_Problem requirements_
The entries below contain a stretch that opens with the line containing "extrude(amount=-CUT_EXTRUDE4_DEPTH, mode=Mode.SUBTRACT)" and closes with the line containing "# Sketch11 → Cut-Extrude7 (cut)"; set down that stretch exactly, both ends included, and nothing else.

▼

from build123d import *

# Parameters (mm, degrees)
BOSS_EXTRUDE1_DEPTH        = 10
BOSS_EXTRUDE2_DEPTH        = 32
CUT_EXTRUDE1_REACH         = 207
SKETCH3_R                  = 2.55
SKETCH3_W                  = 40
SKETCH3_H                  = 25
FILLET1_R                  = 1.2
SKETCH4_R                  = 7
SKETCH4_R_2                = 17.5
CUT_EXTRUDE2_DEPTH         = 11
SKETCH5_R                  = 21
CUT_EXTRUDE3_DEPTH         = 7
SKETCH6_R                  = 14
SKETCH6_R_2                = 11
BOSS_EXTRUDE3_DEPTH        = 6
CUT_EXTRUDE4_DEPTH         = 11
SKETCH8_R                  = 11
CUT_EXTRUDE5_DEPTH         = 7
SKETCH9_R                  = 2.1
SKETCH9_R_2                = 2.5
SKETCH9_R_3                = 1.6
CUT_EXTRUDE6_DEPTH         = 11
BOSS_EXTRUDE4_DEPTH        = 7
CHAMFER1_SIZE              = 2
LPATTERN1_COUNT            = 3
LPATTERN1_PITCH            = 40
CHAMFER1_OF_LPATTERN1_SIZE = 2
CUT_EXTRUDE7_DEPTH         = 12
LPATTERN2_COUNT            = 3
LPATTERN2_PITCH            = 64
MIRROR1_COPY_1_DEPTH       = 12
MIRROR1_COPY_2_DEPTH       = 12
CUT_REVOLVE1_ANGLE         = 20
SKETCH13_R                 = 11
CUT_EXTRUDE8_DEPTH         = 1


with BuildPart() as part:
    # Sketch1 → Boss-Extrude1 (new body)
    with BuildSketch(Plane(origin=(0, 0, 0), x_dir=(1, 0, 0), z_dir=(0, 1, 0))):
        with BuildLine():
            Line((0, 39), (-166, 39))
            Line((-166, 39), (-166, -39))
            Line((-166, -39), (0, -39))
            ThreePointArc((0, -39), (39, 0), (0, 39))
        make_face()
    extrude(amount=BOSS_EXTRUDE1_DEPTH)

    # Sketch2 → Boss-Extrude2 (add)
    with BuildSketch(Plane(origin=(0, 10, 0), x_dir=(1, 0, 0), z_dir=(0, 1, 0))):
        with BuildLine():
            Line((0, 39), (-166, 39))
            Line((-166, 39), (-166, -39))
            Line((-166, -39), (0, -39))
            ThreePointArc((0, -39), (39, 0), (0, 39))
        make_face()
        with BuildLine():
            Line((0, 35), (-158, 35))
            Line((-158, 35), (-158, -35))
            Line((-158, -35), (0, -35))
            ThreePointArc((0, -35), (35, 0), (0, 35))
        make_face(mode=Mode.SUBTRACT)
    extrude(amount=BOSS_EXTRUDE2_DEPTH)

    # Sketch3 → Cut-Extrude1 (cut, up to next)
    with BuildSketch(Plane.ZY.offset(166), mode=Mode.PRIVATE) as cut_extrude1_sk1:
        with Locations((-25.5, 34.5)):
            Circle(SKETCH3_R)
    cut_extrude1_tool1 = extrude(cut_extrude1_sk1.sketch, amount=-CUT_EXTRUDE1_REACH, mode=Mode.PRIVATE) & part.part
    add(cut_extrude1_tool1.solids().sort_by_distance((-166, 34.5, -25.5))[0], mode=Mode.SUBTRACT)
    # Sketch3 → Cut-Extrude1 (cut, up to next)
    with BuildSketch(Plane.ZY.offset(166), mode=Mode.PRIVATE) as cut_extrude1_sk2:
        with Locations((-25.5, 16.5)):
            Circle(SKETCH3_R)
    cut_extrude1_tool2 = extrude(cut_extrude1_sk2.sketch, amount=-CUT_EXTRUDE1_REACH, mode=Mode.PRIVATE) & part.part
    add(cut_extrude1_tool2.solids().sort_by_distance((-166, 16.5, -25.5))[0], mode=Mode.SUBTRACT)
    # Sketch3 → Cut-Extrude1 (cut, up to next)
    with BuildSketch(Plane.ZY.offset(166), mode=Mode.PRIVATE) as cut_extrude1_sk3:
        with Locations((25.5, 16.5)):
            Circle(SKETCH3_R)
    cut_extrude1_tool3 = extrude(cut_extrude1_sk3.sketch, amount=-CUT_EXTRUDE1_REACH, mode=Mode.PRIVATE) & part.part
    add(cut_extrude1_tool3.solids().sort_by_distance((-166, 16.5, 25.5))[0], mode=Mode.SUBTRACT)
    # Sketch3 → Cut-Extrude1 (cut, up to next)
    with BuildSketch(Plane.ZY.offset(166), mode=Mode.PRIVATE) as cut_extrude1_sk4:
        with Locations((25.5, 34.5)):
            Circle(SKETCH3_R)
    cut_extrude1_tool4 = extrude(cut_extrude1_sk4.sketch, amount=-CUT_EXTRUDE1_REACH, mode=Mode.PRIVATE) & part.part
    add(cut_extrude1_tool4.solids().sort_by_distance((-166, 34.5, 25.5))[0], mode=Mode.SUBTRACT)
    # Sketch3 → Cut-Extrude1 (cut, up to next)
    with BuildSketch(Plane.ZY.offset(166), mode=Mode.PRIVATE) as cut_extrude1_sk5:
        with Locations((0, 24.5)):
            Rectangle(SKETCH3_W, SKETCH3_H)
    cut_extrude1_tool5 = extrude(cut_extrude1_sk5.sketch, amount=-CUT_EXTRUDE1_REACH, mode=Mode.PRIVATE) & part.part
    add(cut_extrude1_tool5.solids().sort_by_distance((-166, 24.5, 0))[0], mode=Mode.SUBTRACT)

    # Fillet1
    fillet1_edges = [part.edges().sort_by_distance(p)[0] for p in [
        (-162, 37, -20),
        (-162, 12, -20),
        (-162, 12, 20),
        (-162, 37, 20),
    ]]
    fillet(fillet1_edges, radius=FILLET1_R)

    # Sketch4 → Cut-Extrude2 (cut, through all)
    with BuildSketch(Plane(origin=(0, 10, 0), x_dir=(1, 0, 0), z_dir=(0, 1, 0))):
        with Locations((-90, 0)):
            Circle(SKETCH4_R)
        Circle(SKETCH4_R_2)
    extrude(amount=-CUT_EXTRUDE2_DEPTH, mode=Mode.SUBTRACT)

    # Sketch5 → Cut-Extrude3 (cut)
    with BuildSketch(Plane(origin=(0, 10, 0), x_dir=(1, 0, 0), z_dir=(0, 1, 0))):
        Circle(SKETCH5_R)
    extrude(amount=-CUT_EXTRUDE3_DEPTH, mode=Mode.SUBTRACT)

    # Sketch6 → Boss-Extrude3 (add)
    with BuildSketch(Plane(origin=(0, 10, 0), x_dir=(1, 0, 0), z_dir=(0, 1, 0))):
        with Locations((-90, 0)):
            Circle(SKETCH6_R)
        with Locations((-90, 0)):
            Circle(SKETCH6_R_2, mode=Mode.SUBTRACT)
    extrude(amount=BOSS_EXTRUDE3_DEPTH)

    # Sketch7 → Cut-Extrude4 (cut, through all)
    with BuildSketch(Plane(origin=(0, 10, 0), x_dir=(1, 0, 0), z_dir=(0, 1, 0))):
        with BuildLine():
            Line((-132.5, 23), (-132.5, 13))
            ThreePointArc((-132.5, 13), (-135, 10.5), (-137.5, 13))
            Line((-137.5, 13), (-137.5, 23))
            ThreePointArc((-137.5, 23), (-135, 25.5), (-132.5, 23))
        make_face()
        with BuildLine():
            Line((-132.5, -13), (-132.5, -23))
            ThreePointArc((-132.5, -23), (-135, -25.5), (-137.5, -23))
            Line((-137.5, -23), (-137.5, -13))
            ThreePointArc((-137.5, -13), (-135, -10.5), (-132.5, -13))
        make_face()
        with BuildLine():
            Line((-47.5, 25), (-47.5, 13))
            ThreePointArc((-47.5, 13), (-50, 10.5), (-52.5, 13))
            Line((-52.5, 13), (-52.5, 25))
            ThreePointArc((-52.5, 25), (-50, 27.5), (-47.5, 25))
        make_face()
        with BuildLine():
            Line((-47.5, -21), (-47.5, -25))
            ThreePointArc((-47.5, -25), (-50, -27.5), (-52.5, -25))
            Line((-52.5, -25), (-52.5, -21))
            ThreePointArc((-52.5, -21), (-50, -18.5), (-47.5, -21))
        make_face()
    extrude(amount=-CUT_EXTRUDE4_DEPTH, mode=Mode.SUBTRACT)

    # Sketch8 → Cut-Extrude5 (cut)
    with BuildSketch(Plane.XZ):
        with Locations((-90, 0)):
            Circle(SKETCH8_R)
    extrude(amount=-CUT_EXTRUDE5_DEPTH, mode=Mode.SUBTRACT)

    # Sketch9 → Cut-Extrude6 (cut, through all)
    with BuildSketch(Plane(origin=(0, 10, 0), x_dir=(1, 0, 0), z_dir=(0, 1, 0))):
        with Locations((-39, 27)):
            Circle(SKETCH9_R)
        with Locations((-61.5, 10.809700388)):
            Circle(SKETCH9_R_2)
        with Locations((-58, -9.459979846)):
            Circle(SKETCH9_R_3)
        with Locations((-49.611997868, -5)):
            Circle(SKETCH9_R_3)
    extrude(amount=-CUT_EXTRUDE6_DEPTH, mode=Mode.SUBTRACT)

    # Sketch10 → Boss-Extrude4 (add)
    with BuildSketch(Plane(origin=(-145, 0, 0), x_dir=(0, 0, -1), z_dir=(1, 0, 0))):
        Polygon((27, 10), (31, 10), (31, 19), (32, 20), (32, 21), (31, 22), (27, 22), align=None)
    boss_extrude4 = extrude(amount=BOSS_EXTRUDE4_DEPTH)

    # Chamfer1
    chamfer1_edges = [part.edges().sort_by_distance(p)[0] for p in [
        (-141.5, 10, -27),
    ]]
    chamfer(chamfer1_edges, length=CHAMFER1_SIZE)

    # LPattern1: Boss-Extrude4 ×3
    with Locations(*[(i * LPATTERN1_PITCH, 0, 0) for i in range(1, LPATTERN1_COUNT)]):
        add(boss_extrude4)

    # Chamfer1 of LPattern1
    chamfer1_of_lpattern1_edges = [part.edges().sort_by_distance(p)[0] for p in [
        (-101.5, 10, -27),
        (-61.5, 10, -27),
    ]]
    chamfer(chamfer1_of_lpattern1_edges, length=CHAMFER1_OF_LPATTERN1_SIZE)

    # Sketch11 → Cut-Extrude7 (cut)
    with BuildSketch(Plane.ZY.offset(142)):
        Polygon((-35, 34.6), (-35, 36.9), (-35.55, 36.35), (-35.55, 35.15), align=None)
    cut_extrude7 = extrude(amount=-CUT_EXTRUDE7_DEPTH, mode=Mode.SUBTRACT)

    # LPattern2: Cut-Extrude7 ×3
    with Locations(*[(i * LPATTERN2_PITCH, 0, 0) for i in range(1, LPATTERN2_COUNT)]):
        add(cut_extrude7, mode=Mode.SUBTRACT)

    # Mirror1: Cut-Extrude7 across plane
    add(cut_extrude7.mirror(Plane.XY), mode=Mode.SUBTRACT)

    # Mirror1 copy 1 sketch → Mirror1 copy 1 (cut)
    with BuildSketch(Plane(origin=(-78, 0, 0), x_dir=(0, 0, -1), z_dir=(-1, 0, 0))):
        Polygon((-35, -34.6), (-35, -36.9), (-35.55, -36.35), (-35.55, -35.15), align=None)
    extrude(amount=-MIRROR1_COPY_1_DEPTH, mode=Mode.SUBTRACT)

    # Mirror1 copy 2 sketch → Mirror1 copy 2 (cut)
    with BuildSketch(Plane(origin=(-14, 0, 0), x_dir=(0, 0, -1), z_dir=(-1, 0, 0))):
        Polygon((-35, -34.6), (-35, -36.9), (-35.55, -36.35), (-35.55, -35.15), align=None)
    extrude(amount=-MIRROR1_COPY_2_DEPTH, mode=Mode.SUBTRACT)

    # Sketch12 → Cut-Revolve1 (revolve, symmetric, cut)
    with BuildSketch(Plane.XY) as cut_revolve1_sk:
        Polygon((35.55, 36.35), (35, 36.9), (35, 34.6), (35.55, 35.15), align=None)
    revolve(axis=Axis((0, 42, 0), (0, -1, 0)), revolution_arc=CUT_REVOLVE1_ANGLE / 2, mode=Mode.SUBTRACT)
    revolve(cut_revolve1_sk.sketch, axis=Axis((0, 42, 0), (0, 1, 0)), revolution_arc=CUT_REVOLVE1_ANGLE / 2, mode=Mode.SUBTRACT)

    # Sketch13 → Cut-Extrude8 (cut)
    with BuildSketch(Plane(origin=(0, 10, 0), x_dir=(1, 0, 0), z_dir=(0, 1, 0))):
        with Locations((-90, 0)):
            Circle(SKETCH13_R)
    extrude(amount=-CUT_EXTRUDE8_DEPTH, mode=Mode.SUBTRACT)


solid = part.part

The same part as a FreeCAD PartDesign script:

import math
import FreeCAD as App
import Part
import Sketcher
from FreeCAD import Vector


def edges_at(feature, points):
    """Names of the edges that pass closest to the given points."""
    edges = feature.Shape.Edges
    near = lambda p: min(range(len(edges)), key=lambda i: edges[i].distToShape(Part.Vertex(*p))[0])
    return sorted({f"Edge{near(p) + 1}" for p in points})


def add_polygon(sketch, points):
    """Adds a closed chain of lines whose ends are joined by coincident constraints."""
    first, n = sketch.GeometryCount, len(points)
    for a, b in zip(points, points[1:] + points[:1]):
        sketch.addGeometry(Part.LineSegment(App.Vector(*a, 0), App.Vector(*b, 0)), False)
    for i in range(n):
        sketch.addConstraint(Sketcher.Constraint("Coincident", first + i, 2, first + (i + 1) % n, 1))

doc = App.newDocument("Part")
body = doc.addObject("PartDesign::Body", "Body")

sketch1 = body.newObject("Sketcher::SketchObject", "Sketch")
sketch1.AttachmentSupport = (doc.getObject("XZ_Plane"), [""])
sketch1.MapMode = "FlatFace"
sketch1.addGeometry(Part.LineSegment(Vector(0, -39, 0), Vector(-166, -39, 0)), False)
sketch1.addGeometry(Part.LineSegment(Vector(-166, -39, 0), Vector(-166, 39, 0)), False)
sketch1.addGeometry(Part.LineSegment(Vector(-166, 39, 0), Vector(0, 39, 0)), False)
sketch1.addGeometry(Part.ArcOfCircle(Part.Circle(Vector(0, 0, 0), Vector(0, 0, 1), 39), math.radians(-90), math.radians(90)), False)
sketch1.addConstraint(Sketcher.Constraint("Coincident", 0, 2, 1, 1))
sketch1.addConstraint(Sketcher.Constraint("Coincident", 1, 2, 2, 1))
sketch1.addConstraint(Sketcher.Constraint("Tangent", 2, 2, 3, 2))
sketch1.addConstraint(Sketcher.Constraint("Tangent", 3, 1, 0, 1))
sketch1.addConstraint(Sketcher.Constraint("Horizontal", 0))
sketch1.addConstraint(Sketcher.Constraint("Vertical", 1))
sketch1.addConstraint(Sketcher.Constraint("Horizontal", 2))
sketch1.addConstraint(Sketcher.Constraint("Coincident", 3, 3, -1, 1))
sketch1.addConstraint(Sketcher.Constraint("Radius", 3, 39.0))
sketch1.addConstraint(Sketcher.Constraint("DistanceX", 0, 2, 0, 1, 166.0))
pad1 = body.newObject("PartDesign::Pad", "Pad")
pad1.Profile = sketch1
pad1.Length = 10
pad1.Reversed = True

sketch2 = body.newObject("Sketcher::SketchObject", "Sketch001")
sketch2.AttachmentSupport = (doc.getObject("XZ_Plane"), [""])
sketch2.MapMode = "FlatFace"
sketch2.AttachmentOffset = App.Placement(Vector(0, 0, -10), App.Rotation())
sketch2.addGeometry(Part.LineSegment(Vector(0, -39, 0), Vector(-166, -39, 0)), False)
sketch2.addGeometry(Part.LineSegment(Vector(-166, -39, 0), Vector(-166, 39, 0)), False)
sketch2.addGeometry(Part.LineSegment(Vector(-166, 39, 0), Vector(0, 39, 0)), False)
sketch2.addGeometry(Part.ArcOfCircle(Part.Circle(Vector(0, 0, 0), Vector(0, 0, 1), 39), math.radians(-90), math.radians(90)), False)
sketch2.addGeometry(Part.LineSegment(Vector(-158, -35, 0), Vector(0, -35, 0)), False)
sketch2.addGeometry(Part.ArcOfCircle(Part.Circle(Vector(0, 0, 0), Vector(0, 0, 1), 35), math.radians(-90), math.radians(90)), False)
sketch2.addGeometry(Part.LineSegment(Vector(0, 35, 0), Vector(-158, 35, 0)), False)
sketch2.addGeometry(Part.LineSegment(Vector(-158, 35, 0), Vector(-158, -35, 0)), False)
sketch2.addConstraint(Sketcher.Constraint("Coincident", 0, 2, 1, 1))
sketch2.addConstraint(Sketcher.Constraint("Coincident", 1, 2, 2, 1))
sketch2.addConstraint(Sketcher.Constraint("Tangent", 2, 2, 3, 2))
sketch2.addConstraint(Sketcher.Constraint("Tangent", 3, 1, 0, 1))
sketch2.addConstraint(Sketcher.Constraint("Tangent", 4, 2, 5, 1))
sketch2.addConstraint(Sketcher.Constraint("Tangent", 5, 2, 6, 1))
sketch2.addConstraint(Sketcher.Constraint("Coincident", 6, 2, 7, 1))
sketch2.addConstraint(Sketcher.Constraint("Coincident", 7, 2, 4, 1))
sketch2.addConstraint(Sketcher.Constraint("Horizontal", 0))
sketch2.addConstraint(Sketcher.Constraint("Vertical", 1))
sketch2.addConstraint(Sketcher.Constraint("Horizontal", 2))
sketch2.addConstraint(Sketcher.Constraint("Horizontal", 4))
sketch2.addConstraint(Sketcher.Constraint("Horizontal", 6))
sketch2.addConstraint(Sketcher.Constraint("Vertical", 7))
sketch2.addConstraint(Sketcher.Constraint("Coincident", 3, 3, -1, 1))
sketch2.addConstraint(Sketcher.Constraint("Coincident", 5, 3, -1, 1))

▲

_Solution_
    extrude(amount=-CUT_EXTRUDE4_DEPTH, mode=Mode.SUBTRACT)

    # Sketch8 → Cut-Extrude5 (cut)
    with BuildSketch(Plane.XZ):
        with Locations((-90, 0)):
            Circle(SKETCH8_R)
    extrude(amount=-CUT_EXTRUDE5_DEPTH, mode=Mode.SUBTRACT)

    # Sketch9 → Cut-Extrude6 (cut, through all)
    with BuildSketch(Plane(origin=(0, 10, 0), x_dir=(1, 0, 0), z_dir=(0, 1, 0))):
        with Locations((-39, 27)):
            Circle(SKETCH9_R)
        with Locations((-61.5, 10.809700388)):
            Circle(SKETCH9_R_2)
        with Locations((-58, -9.459979846)):
            Circle(SKETCH9_R_3)
        with Locations((-49.611997868, -5)):
            Circle(SKETCH9_R_3)
    extrude(amount=-CUT_EXTRUDE6_DEPTH, mode=Mode.SUBTRACT)

    # Sketch10 → Boss-Extrude4 (add)
    with BuildSketch(Plane(origin=(-145, 0, 0), x_dir=(0, 0, -1), z_dir=(1, 0, 0))):
        Polygon((27, 10), (31, 10), (31, 19), (32, 20), (32, 21), (31, 22), (27, 22), align=None)
    boss_extrude4 = extrude(amount=BOSS_EXTRUDE4_DEPTH)

    # Chamfer1
    chamfer1_edges = [part.edges().sort_by_distance(p)[0] for p in [
        (-141.5, 10, -27),
    ]]
    chamfer(chamfer1_edges, length=CHAMFER1_SIZE)

    # LPattern1: Boss-Extrude4 ×3
    with Locations(*[(i * LPATTERN1_PITCH, 0, 0) for i in range(1, LPATTERN1_COUNT)]):
        add(boss_extrude4)

    # Chamfer1 of LPattern1
    chamfer1_of_lpattern1_edges = [part.edges().sort_by_distance(p)[0] for p in [
        (-101.5, 10, -27),
        (-61.5, 10, -27),
    ]]
    chamfer(chamfer1_of_lpattern1_edges, length=CHAMFER1_OF_LPATTERN1_SIZE)

    # Sketch11 → Cut-Extrude7 (cut)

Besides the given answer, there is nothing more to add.